“Lost” Steve Jobs Speech: Wireless Networking,iPad,&App Store (1983) - 001sky
http://lifelibertytech.com/2012/10/02/the-lost-steve-jobs-speech-from-1983-foreshadowing-wireless-networking-the-ipad-and-the-app-store/

======
plainOldText
When I listen to the audio in the article I can't but wonder how Steve Jobs
was so much ahead of his time. And he wasn't even a programmer, yet he was
able to see a lot of the stuff that was about to happen in the near future.

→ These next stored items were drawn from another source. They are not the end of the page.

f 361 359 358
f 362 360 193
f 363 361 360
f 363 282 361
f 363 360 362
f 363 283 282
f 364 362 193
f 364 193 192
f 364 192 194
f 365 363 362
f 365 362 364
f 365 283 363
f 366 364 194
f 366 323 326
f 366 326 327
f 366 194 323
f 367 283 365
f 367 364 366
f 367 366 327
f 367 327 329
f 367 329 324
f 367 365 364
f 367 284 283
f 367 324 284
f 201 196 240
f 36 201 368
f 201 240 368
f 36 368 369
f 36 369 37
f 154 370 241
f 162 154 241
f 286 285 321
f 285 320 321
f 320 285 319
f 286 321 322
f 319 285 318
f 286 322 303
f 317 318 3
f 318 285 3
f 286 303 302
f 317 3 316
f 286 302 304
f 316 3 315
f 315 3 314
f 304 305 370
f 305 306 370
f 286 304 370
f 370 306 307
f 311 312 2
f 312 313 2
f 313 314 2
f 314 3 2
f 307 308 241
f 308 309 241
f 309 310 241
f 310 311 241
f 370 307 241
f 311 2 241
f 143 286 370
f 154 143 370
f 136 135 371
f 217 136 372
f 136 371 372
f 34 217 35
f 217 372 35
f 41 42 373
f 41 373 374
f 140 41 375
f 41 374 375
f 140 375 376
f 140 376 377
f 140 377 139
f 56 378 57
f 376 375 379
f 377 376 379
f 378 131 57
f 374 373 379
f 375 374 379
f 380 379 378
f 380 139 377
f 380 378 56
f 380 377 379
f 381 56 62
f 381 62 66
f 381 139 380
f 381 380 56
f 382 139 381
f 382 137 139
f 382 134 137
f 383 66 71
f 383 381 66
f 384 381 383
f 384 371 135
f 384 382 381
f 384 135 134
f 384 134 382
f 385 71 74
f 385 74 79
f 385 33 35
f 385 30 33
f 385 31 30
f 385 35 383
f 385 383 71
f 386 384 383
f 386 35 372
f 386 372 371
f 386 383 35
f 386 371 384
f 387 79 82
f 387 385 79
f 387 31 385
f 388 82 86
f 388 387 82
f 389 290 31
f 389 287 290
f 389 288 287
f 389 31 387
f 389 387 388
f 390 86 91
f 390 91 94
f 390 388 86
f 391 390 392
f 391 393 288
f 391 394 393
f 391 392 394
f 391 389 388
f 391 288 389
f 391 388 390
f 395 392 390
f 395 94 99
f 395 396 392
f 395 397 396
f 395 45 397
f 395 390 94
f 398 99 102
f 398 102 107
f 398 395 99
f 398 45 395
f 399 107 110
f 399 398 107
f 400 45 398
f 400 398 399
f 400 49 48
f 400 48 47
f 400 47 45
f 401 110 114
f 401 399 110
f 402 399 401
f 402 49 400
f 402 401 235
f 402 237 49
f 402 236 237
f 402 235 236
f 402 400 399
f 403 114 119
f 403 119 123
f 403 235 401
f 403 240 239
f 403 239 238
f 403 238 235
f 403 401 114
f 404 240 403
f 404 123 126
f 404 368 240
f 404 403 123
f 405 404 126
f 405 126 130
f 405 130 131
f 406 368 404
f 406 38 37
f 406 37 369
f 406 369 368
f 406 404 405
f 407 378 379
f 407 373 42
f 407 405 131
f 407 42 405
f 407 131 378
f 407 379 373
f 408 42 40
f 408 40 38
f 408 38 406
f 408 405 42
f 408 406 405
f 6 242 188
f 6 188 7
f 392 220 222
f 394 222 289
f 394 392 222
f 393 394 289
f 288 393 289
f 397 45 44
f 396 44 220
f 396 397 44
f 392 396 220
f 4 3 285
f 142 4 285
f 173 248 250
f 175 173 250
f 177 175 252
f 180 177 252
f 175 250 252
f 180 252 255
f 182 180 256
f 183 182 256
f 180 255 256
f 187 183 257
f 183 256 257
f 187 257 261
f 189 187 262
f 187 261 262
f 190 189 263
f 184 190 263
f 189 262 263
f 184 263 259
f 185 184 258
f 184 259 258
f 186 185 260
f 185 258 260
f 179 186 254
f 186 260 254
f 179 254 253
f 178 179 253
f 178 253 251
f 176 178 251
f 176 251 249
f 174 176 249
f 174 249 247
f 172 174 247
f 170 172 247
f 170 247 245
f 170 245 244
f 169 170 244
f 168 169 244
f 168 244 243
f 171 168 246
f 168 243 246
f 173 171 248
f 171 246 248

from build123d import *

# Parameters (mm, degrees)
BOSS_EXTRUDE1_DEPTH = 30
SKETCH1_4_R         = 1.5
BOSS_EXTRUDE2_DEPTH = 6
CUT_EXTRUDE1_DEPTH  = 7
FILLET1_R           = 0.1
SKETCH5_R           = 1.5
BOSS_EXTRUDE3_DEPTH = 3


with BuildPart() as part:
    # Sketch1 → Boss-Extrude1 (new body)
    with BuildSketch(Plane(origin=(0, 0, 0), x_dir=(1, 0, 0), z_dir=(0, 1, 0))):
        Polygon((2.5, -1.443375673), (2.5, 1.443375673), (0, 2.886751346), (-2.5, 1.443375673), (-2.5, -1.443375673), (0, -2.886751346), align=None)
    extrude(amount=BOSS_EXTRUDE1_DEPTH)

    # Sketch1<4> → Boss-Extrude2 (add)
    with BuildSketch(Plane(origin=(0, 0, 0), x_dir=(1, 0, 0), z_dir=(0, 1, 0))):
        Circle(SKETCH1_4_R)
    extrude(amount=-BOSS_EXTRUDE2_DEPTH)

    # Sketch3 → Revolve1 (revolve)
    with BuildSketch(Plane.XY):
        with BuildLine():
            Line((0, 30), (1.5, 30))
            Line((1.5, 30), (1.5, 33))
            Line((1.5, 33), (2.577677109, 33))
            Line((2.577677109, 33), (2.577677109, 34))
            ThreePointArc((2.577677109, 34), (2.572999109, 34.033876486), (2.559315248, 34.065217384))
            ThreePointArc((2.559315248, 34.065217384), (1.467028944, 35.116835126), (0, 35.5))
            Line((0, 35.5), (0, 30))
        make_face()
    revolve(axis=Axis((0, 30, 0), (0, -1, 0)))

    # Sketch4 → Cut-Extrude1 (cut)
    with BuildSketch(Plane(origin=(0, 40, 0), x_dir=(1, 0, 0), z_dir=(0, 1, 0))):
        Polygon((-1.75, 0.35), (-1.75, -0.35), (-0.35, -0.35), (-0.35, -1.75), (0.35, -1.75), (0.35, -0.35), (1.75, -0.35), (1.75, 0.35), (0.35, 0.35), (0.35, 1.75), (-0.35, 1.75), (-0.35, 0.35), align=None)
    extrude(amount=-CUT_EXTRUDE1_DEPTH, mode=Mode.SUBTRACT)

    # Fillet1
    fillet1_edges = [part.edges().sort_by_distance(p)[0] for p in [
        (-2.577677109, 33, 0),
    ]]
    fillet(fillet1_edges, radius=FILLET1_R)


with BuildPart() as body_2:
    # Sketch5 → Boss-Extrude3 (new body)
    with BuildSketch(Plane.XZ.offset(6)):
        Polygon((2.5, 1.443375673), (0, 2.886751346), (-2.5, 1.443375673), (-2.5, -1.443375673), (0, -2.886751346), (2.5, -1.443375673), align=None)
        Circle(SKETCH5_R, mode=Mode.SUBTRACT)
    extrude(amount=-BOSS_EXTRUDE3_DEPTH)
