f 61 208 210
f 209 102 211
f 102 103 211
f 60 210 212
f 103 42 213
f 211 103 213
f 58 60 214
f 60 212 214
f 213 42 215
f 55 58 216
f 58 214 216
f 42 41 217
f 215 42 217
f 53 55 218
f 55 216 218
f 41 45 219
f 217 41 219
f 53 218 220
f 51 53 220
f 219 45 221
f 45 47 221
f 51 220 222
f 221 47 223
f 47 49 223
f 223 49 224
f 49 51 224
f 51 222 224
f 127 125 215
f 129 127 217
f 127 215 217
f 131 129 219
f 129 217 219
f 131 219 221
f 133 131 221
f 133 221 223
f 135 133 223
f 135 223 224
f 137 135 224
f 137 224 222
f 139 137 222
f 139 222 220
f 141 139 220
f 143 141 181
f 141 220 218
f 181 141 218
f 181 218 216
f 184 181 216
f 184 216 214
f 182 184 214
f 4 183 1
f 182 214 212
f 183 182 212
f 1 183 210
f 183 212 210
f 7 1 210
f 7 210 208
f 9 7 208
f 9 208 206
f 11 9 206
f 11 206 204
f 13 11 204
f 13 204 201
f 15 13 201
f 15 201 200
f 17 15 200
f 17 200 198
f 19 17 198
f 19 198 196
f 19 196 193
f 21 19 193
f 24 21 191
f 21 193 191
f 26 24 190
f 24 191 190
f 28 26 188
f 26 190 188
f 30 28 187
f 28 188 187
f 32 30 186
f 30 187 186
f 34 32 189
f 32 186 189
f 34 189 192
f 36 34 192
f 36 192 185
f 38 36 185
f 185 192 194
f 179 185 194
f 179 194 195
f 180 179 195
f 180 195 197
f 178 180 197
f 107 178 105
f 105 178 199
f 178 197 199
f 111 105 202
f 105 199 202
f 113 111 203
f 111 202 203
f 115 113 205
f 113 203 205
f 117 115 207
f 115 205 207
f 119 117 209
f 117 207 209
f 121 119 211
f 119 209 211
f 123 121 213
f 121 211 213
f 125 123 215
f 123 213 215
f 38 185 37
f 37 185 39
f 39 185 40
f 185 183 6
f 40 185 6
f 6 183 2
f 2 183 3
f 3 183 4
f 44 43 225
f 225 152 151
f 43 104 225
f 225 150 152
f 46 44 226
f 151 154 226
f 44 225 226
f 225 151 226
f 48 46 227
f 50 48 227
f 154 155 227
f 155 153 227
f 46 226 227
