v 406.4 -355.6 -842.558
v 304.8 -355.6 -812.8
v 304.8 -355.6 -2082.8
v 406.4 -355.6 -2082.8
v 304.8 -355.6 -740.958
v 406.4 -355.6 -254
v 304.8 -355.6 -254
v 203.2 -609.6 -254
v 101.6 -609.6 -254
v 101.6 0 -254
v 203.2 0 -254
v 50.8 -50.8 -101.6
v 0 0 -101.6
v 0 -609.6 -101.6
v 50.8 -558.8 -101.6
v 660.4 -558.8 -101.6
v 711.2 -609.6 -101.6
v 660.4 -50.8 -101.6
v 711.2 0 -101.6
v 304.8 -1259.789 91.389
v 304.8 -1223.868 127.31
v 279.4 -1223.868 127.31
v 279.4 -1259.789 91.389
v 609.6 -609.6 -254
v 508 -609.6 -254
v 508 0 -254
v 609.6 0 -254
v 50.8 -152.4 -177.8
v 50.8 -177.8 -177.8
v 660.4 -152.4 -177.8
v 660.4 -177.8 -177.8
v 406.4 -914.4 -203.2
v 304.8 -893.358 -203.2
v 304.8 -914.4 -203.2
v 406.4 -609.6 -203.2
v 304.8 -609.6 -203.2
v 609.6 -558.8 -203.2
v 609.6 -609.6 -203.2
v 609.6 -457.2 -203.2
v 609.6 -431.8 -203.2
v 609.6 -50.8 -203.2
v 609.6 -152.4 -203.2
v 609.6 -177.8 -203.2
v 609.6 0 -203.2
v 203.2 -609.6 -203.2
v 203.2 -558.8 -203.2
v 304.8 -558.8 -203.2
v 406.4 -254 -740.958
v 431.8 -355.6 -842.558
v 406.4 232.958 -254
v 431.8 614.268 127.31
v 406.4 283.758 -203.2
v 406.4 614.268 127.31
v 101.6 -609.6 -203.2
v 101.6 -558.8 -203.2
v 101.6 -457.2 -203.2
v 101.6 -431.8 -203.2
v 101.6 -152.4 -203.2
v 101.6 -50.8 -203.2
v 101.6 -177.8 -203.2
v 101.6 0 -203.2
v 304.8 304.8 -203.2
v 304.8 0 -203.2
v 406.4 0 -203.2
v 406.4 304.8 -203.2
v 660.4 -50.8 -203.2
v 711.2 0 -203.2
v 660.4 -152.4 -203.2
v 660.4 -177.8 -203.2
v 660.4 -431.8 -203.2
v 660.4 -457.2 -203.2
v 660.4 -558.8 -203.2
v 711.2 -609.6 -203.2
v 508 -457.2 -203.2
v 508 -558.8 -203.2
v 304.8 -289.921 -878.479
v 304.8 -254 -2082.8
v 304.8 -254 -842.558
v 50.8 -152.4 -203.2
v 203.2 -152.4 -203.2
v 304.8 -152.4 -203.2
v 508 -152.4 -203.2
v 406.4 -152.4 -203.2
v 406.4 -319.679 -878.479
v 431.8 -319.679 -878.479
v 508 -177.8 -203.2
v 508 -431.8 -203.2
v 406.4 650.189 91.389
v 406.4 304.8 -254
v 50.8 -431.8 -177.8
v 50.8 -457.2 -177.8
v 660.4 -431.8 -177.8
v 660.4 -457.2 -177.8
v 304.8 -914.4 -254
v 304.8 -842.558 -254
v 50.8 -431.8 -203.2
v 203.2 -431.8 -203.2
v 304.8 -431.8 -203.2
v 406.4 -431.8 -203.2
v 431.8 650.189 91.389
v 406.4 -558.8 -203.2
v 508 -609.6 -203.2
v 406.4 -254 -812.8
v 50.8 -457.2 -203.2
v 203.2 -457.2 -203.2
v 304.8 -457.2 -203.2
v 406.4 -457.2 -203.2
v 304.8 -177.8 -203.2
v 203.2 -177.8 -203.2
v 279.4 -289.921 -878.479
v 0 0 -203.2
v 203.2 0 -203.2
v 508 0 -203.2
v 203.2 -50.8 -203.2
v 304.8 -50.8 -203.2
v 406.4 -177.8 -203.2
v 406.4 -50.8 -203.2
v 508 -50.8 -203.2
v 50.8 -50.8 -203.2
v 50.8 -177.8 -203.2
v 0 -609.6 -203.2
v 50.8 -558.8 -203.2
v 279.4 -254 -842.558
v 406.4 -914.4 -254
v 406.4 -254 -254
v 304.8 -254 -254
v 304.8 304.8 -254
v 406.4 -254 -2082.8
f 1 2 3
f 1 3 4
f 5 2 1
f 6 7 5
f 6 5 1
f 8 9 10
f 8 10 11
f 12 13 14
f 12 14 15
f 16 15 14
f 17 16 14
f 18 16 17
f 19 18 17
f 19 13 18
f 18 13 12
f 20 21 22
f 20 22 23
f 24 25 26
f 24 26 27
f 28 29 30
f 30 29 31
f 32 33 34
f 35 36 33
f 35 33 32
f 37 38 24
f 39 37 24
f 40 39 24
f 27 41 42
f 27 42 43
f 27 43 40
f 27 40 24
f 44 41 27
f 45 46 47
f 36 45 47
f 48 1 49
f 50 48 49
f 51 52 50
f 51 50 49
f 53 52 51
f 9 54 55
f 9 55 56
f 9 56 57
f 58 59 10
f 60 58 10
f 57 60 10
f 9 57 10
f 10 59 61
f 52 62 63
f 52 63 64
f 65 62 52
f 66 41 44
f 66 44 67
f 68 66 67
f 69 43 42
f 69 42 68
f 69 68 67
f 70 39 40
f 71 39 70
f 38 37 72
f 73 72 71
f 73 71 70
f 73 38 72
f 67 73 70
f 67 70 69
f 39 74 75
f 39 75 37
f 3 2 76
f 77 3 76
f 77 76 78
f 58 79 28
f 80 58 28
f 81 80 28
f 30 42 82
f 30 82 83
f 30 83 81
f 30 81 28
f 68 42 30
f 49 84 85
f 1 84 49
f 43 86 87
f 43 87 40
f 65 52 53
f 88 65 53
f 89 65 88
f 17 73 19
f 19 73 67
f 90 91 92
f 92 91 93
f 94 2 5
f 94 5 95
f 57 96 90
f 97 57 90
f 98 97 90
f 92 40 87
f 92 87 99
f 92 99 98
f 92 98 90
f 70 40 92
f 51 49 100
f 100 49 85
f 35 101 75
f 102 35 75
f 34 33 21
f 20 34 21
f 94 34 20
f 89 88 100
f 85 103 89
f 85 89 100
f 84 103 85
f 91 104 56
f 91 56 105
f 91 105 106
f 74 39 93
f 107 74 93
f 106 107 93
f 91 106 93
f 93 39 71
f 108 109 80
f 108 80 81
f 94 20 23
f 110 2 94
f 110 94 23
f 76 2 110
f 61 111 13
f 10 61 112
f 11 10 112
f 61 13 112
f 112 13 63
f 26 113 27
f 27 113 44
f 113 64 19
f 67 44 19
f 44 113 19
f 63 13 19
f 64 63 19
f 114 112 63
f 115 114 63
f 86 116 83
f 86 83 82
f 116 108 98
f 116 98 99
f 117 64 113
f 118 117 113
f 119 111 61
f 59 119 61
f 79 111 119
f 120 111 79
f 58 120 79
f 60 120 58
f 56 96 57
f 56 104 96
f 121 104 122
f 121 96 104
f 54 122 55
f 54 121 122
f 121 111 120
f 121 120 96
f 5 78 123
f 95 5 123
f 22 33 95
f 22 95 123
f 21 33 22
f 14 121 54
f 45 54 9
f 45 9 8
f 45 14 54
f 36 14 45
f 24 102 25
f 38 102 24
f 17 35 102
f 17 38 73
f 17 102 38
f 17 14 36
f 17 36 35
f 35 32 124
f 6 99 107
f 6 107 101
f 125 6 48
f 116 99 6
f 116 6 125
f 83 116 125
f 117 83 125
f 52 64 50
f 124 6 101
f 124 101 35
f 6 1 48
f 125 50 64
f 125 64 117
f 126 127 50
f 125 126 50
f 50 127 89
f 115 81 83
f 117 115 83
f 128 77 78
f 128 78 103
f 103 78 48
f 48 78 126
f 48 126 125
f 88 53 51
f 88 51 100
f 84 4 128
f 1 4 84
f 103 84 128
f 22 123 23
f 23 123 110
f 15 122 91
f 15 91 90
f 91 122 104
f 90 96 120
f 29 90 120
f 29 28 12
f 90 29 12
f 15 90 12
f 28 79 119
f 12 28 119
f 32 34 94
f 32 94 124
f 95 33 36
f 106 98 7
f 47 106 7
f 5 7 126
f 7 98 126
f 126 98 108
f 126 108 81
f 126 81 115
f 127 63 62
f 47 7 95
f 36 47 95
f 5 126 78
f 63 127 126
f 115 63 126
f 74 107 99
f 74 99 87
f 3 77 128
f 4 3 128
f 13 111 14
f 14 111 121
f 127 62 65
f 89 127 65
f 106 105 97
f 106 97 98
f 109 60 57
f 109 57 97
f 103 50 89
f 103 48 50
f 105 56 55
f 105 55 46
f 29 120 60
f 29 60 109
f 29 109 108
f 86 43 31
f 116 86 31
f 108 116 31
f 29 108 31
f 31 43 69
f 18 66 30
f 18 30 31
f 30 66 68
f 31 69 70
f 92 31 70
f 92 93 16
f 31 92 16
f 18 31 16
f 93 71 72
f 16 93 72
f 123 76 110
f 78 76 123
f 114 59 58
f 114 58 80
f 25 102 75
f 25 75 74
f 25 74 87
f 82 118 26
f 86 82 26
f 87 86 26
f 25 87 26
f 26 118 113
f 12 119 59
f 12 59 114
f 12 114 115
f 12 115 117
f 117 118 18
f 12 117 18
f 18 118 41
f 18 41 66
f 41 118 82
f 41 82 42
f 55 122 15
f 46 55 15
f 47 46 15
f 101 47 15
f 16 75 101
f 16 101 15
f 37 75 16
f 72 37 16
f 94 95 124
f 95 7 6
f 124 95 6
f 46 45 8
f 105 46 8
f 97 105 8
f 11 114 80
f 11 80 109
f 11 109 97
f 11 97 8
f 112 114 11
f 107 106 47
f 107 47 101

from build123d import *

# Parameters (mm, degrees)
F0_W      = 609.6
F0_H      = 50.8
F1_DEPTH  = 101.6
F2_W      = 101.6
F2_H      = 609.6
F2_H_2    = 1219.2
F3_DEPTH  = 50.8
F4_W      = 101.6
F4_H      = 101.6
F5_DEPTH  = 1828.8
F7_DEPTH  = 25.4
F9_DEPTH  = 25.4
F10_W     = 609.6
F10_H     = 25.4
F11_DEPTH = 25.4


with BuildPart() as f1:
    # F0 (on Top) → F1 (new body)
    with BuildSketch(Plane.XY):
        Polygon((50.8, 0), (0, 0), (0, -609.6), (50.8, -609.6), (50.8, -558.8), (50.8, -50.8), align=None)
        with Locations((355.6, -25.4)):
            Rectangle(F0_W, F0_H)
        Polygon((711.2, 0), (660.4, 0), (660.4, -50.8), (660.4, -558.8), (660.4, -609.6), (711.2, -609.6), align=None)
        with Locations((355.6, -584.2)):
            Rectangle(F0_W, F0_H)
    extrude(amount=-F1_DEPTH)

    # F2 (on Top) → F3 (join)
    with BuildSketch(Plane.XY):
        with Locations((152.4, -304.8)):
            Rectangle(F2_W, F2_H)
        with Locations((558.8, -304.8)):
            Rectangle(F2_W, F2_H)
        with Locations((355.6, -304.8)):
            Rectangle(F2_W, F2_H_2)
    extrude(amount=F3_DEPTH)

    # F4 (on face) → F5 (join)
    with BuildSketch(Plane.XY.offset(50.8)):
        with Locations((355.6, -304.8)):
            Rectangle(F4_W, F4_H)
    extrude(amount=F5_DEPTH)

    # F6 (on face) → F7 (join)
    with BuildSketch(Plane.YZ.offset(406.4)):
        Polygon((614.267661, -330.50971), (650.188686, -294.588686), (-319.678976, 675.278976), (-355.6, 639.357951), align=None)
    extrude(amount=F7_DEPTH)

    # F8 (on face) → F9 (join)
    with BuildSketch(Plane(origin=(304.8, 0, 0), x_dir=(0, -1, 0), z_dir=(-1, 0, 0))):
        Polygon((1223.867661, -330.50971), (1259.788686, -294.588686), (289.921024, 675.278976), (254, 639.357951), align=None)
    extrude(amount=F9_DEPTH)

    # F10 (on face) → F11 (join)
    with BuildSketch(Plane(origin=(0, 0, 0), x_dir=(1, 0, 0), z_dir=(0, 0, -1))):
        with Locations((355.6, 444.5)):
            Rectangle(F10_W, F10_H)
        with Locations((355.6, 165.1)):
            Rectangle(F10_W, F10_H)
    extrude(amount=F11_DEPTH)


with BuildPart() as f12_1:
    # F12: instance of F1
    add(f1.part.mirror(Plane(origin=(355.6, -304.8, -101.6), x_dir=(1, 0, 0), z_dir=(0, 0, -1))))


solid = f12_1.part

Link of audio for the lazy:
[http://api.soundcloud.com/tracks/62010118/download?client_id...](http://api.soundcloud.com/tracks/62010118/download?client_id=0f8fdbbaa21a9bd18210986a7dc2d72c)

Fun Excerpt:

Steve Jobs: "What is a computer program? Do you know what a computer program
is?"

Audience: [Quiet. No answer]

Steve Jobs: "Anybody? No? Sort of?"

Steve Jobs: "It's an odd thing [...] computer programs [...] they're simply
ideas expressed on paper." :)

------
habosa
Just from reading the summary this is really great. Steve Jobs did a lot for
computing and for software. I'm an Android "fanboy" and I really hate what
Apple is doing these days, but his contribution to digital life today was
significant and undeniable.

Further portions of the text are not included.